Notes on the Brocard points and angles of a


triangle
SADI ABU-SAYMEH and MOWAFFAQ HAJJA

1. Introduction – the classical Brocard points and angle


It is known that for every triangle ABC, there exists a unique interior
point Ω1 for which
∠Ω1AB = ∠Ω1BC = ∠Ω1CA, (1)
and a unique interior point Ω2 for which
∠Ω2AC = ∠Ω2BA = ∠Ω2CB; (2)
see Figures 1 and 2, where the common value of the angles in (1), (2) are
denoted by ω1, ω2, respectively.
These points are discussed in a lot of books and papers, and are called
the first and second Brocard points of ABC; see, for example, [1, Chapter
16, pp. 217ff], [2], and [3], and see [4, Chapter XVI, pp. 263ff] for a brief
history. It is also known that ω1 and ω2 turn out to be equal, and that their
common value is called the Brocard angle of ABC and is denoted by ω.
A A

ω1 ω2

Ω1 Ω2
ω1
ω2
ω1 ω2
B C B C
FIGURE 1 FIGURE 2
In Figures 1 and 2, which are not drawn to scale, ω1 and ω2 turn out to
be equal. Their common value is denoted by ω.

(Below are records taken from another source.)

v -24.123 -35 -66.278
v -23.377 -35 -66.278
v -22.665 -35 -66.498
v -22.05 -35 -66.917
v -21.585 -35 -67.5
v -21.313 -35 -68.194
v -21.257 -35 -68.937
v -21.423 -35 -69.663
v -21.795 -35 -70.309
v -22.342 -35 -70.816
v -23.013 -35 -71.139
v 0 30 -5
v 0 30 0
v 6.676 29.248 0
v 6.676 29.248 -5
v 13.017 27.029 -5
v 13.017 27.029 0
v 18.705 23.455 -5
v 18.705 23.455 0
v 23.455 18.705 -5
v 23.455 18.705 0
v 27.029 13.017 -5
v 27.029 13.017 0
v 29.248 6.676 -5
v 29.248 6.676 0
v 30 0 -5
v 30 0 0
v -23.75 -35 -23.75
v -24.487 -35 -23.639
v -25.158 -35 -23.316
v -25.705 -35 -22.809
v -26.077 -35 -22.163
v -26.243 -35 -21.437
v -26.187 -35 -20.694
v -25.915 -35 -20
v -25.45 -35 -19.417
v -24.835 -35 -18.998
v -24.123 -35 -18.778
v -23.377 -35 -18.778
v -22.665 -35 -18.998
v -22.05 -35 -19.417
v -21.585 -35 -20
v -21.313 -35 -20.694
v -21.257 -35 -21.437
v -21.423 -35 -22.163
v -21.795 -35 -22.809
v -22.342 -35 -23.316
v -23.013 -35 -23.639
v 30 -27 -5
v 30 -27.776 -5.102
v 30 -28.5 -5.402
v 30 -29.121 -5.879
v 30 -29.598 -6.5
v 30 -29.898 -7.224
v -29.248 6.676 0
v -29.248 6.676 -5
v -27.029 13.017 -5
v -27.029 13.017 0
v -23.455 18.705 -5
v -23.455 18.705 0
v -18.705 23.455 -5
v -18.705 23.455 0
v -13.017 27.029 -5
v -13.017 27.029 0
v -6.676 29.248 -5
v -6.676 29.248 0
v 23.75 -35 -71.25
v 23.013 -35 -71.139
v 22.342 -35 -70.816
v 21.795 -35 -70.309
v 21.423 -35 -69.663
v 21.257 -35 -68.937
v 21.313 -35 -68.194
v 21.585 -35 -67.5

One of the properties of the Brocard angle that are proved in the
references above states that
ω ≤ 30°, with equality if, and only if, ABC is equilateral. (3)
It immediately follows that if Ω1 = Ω2, then 6ω = 180°, and hence
ω = 30°, and ABC is equilateral. The converse is also trivially true. Thus
we have
Ω1 = Ω2 ⇔ ABC is equilateral. (4)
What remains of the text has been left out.